Data START

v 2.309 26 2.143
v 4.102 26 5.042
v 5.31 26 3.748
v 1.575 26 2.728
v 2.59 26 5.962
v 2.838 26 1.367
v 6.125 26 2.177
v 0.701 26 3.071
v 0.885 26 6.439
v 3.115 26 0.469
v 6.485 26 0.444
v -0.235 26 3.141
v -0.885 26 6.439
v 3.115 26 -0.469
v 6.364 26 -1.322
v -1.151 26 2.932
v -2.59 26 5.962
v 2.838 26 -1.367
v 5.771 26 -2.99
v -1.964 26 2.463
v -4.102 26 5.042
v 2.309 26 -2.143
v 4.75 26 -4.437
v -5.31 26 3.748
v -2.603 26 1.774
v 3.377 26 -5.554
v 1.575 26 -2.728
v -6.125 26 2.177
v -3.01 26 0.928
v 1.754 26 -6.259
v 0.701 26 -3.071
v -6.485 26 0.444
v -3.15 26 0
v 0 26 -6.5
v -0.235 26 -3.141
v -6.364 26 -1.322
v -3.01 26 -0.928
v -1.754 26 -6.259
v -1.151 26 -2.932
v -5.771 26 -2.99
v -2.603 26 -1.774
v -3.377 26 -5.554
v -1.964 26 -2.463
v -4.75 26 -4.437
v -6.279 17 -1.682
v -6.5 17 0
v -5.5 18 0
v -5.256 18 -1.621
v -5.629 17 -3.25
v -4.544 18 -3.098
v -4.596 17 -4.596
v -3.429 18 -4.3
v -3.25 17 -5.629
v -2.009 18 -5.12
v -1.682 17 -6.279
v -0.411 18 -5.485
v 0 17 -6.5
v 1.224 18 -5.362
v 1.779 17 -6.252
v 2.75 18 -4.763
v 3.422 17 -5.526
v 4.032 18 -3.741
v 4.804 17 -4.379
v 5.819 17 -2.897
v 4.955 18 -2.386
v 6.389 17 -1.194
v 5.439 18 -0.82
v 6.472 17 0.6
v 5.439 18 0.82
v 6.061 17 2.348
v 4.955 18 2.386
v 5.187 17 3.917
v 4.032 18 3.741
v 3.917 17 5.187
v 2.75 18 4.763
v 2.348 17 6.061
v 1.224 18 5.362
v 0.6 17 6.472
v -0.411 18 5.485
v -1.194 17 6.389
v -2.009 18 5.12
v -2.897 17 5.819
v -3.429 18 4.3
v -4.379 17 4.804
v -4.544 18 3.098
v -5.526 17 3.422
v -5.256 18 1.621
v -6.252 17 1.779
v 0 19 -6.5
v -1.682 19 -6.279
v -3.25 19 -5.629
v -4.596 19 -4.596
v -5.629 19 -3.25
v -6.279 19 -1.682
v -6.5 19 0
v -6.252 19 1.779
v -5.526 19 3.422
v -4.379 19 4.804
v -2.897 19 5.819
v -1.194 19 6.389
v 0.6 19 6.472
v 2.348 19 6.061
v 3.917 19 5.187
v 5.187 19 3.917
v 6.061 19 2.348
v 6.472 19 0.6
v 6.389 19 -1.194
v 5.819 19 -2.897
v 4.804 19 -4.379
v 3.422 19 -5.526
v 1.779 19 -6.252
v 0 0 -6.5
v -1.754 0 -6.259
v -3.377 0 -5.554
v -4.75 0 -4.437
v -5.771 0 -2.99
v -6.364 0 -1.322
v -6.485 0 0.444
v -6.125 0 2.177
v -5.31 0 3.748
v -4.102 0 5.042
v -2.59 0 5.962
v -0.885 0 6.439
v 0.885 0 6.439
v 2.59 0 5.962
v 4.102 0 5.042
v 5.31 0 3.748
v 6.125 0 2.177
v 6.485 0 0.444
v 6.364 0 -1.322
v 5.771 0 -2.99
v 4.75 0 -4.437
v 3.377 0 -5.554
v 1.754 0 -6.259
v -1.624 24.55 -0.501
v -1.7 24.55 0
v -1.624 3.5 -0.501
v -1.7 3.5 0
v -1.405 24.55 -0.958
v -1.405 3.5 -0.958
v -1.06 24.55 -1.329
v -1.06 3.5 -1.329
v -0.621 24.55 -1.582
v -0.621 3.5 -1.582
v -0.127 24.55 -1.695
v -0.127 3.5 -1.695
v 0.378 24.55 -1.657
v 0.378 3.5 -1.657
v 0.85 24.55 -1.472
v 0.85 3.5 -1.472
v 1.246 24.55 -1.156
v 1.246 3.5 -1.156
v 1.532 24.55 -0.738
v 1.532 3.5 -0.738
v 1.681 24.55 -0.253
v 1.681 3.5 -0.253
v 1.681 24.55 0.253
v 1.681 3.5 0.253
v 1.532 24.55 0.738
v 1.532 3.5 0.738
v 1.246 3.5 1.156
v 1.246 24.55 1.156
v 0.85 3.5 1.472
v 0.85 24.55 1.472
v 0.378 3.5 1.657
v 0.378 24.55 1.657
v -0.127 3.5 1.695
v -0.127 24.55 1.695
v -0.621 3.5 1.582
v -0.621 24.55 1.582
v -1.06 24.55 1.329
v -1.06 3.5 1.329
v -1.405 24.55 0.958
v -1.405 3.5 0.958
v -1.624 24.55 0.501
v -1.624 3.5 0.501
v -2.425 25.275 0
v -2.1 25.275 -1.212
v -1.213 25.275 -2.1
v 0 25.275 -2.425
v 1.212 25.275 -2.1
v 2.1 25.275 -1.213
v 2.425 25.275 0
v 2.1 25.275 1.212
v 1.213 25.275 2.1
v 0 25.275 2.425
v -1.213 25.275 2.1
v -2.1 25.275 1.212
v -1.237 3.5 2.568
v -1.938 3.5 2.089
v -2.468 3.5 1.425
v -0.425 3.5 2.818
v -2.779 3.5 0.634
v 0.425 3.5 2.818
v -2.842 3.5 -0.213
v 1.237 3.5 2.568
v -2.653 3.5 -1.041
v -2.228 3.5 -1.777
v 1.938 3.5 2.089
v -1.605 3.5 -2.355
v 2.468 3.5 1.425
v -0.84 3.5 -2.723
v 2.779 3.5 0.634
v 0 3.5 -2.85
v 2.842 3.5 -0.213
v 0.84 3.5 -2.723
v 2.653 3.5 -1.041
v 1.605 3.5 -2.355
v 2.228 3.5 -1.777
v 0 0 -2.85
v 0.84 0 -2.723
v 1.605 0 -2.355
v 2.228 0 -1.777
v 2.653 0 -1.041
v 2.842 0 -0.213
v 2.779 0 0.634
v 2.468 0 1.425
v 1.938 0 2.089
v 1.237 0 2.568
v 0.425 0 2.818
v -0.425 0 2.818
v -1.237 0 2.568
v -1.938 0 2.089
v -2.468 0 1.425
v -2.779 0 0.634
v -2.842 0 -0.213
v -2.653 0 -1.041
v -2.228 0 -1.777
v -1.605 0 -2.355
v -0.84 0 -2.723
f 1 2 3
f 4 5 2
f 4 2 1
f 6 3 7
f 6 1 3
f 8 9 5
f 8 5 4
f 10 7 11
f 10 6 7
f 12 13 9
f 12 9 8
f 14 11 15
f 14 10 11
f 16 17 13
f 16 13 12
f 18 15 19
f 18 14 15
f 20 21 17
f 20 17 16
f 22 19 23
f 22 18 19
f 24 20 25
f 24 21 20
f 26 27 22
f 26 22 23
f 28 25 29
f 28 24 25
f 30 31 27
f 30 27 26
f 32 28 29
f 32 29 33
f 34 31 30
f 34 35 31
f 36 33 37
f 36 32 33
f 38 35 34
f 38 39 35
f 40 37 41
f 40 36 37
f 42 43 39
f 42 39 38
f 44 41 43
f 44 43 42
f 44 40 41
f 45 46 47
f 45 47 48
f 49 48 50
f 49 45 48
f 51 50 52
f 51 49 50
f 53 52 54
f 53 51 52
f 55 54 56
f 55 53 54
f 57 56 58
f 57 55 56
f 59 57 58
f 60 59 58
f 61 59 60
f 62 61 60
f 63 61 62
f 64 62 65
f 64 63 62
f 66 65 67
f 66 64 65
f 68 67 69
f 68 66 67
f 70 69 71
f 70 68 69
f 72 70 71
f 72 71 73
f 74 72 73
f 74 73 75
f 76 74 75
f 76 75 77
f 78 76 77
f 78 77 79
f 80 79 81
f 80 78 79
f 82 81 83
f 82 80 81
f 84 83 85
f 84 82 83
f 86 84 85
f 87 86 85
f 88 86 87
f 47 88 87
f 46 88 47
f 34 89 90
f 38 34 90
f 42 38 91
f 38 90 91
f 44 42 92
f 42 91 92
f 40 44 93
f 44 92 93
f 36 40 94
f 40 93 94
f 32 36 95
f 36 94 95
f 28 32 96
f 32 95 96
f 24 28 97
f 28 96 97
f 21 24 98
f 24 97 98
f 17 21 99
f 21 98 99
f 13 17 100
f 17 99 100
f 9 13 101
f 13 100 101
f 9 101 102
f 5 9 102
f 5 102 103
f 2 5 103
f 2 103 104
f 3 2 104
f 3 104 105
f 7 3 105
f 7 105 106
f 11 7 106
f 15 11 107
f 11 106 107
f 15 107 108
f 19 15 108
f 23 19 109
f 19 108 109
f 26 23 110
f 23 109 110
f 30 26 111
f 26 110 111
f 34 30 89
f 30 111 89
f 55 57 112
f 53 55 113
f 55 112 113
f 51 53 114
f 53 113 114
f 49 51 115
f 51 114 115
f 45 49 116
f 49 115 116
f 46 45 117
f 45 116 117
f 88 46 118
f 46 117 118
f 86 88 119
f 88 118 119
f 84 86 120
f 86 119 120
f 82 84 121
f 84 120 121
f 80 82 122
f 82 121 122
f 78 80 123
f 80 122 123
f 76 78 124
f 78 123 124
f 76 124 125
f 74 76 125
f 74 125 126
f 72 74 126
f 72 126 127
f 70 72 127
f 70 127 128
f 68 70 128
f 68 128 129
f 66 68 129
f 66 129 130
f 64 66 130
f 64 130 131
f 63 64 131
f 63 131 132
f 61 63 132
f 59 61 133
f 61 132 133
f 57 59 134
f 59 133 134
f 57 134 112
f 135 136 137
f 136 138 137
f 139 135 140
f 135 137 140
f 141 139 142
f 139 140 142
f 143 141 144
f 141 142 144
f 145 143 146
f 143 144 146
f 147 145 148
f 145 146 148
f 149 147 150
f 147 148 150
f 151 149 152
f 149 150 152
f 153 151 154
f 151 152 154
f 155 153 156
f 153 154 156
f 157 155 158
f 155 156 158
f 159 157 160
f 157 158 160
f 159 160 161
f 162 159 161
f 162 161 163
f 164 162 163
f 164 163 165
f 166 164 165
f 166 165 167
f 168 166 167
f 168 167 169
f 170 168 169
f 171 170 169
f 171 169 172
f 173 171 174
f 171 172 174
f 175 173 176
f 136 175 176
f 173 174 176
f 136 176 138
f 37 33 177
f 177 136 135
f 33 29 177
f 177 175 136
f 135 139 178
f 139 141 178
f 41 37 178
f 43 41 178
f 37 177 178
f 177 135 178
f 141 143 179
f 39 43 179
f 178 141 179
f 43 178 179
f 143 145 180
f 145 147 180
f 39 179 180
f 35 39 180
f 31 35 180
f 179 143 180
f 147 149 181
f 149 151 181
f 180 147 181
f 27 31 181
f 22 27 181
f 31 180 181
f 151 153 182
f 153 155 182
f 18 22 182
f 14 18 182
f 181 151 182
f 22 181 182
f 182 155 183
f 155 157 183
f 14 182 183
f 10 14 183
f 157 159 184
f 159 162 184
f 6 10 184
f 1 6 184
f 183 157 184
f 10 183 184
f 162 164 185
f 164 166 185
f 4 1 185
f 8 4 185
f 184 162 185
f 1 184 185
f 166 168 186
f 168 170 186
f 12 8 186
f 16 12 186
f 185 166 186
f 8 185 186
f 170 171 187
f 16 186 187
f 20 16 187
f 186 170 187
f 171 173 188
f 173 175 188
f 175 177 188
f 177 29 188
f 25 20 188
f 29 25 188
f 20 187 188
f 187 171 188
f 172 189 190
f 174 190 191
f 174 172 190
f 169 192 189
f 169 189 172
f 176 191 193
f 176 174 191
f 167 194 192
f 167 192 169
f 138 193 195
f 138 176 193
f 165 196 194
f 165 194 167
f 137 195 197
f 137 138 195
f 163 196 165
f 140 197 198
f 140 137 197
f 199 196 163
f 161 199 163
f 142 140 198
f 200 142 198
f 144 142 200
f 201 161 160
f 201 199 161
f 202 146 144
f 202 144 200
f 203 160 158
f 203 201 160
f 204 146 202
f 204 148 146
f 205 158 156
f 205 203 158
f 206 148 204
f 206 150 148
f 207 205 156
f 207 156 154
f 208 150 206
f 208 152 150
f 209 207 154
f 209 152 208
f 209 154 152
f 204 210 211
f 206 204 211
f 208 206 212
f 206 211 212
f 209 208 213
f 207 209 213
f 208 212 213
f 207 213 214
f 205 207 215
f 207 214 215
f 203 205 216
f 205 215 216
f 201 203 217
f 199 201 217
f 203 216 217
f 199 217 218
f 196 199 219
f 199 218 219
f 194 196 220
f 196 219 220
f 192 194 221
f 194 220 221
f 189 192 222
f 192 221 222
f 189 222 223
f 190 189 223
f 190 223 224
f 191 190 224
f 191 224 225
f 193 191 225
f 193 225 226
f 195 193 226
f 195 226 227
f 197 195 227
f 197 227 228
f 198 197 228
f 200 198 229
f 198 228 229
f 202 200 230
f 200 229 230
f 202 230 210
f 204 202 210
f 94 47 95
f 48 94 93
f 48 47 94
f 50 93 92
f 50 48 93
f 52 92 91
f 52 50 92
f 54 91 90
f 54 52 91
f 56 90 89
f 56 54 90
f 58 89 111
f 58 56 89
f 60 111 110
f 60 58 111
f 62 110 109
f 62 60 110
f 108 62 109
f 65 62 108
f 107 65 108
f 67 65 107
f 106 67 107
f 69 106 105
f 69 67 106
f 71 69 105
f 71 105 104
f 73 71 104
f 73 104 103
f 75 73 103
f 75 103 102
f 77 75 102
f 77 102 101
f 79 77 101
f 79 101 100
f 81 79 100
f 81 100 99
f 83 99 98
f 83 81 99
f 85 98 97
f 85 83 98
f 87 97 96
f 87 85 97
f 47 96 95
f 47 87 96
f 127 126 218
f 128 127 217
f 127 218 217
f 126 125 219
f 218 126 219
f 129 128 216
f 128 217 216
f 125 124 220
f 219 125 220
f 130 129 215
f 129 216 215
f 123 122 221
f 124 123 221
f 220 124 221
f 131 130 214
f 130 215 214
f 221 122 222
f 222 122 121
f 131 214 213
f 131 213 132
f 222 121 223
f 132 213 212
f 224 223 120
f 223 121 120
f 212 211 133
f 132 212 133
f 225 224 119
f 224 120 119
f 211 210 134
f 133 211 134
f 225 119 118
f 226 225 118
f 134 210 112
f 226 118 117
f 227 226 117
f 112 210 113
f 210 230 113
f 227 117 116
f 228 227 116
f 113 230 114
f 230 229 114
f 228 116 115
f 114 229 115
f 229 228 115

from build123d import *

# Parameters (mm, degrees)
SKETCH_1_R                  = 6.5
EXTRUDE_1_DEPTH             = 26
SKETCH_2_R                  = 2.85
CUT_EXTRUDE_1_DEPTH         = 3.5
HOLE_WIZARD_M32_D           = 3.4
HOLE_WIZARD_M32_CSINK_D     = 6.3
HOLE_WIZARD_M32_CSINK_ANGLE = 90


with BuildPart() as part:
    # Эскиз1 → Бобышка-Вытянуть1 (new body)
    with BuildSketch(Plane(origin=(0, 0, 0), x_dir=(1, 0, 0), z_dir=(0, 1, 0))):
        with Locations(Location((0, 0, 0), (0, 0, 90))):
            Circle(SKETCH_1_R)
    extrude(amount=EXTRUDE_1_DEPTH)

    # Эскиз2 → Вырез-Вытянуть1 (cut)
    with BuildSketch(Plane.XZ):
        with Locations(Location((0, 0, 0), (0, 0, 270))):
            Circle(SKETCH_2_R)
    extrude(amount=-CUT_EXTRUDE_1_DEPTH, mode=Mode.SUBTRACT)

    # Зенковка для  винта с плоской головкой M32 (through all)
    with Locations(Plane(origin=(0, 26, 0), x_dir=(1, 0, 0), z_dir=(0, 1, 0))):
        with Locations((0, 0)):
            CounterSinkHole(HOLE_WIZARD_M32_D / 2, HOLE_WIZARD_M32_CSINK_D / 2, counter_sink_angle=HOLE_WIZARD_M32_CSINK_ANGLE)

    # Вырез-По траектории2: sweep along a path in Эскиз5
    with BuildLine(Plane(origin=(0, 18, 0), x_dir=(-1, 0, 0), z_dir=(0, -1, 0))) as sweep_2_path:
        CenterArc((0, 0), 6.5, 0, 360)
    # Эскиз6 → Вырез-По траектории2 (sweep, cut)
    with BuildSketch(Plane(origin=(0, 0, 0), x_dir=(0, 0, -1), z_dir=(1, 0, 0))):
        Polygon((6.5, 19), (5.5, 18), (6.5, 17), align=None)
    sweep(path=sweep_2_path.line, mode=Mode.SUBTRACT)


solid = part.part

Data END

__Directions__: Up to and including the line that holds "v -2.897 17 5.819", reproduce the records above exactly from their first line, and give nothing else.

__Exercise solution__:
v 2.309 26 2.143
v 4.102 26 5.042
v 5.31 26 3.748
v 1.575 26 2.728
v 2.59 26 5.962
v 2.838 26 1.367
v 6.125 26 2.177
v 0.701 26 3.071
v 0.885 26 6.439
v 3.115 26 0.469
v 6.485 26 0.444
v -0.235 26 3.141
v -0.885 26 6.439
v 3.115 26 -0.469
v 6.364 26 -1.322
v -1.151 26 2.932
v -2.59 26 5.962
v 2.838 26 -1.367
v 5.771 26 -2.99
v -1.964 26 2.463
v -4.102 26 5.042
v 2.309 26 -2.143
v 4.75 26 -4.437
v -5.31 26 3.748
v -2.603 26 1.774
v 3.377 26 -5.554
v 1.575 26 -2.728
v -6.125 26 2.177
v -3.01 26 0.928
v 1.754 26 -6.259
v 0.701 26 -3.071
v -6.485 26 0.444
v -3.15 26 0
v 0 26 -6.5
v -0.235 26 -3.141
v -6.364 26 -1.322
v -3.01 26 -0.928
v -1.754 26 -6.259
v -1.151 26 -2.932
v -5.771 26 -2.99
v -2.603 26 -1.774
v -3.377 26 -5.554
v -1.964 26 -2.463
v -4.75 26 -4.437
v -6.279 17 -1.682
v -6.5 17 0
v -5.5 18 0
v -5.256 18 -1.621
v -5.629 17 -3.25
v -4.544 18 -3.098
v -4.596 17 -4.596
v -3.429 18 -4.3
v -3.25 17 -5.629
v -2.009 18 -5.12
v -1.682 17 -6.279
v -0.411 18 -5.485
v 0 17 -6.5
v 1.224 18 -5.362
v 1.779 17 -6.252
v 2.75 18 -4.763
v 3.422 17 -5.526
v 4.032 18 -3.741
v 4.804 17 -4.379
v 5.819 17 -2.897
v 4.955 18 -2.386
v 6.389 17 -1.194
v 5.439 18 -0.82
v 6.472 17 0.6
v 5.439 18 0.82
v 6.061 17 2.348
v 4.955 18 2.386
v 5.187 17 3.917
v 4.032 18 3.741
v 3.917 17 5.187
v 2.75 18 4.763
v 2.348 17 6.061
v 1.224 18 5.362
v 0.6 17 6.472
v -0.411 18 5.485
v -1.194 17 6.389
v -2.009 18 5.12
v -2.897 17 5.819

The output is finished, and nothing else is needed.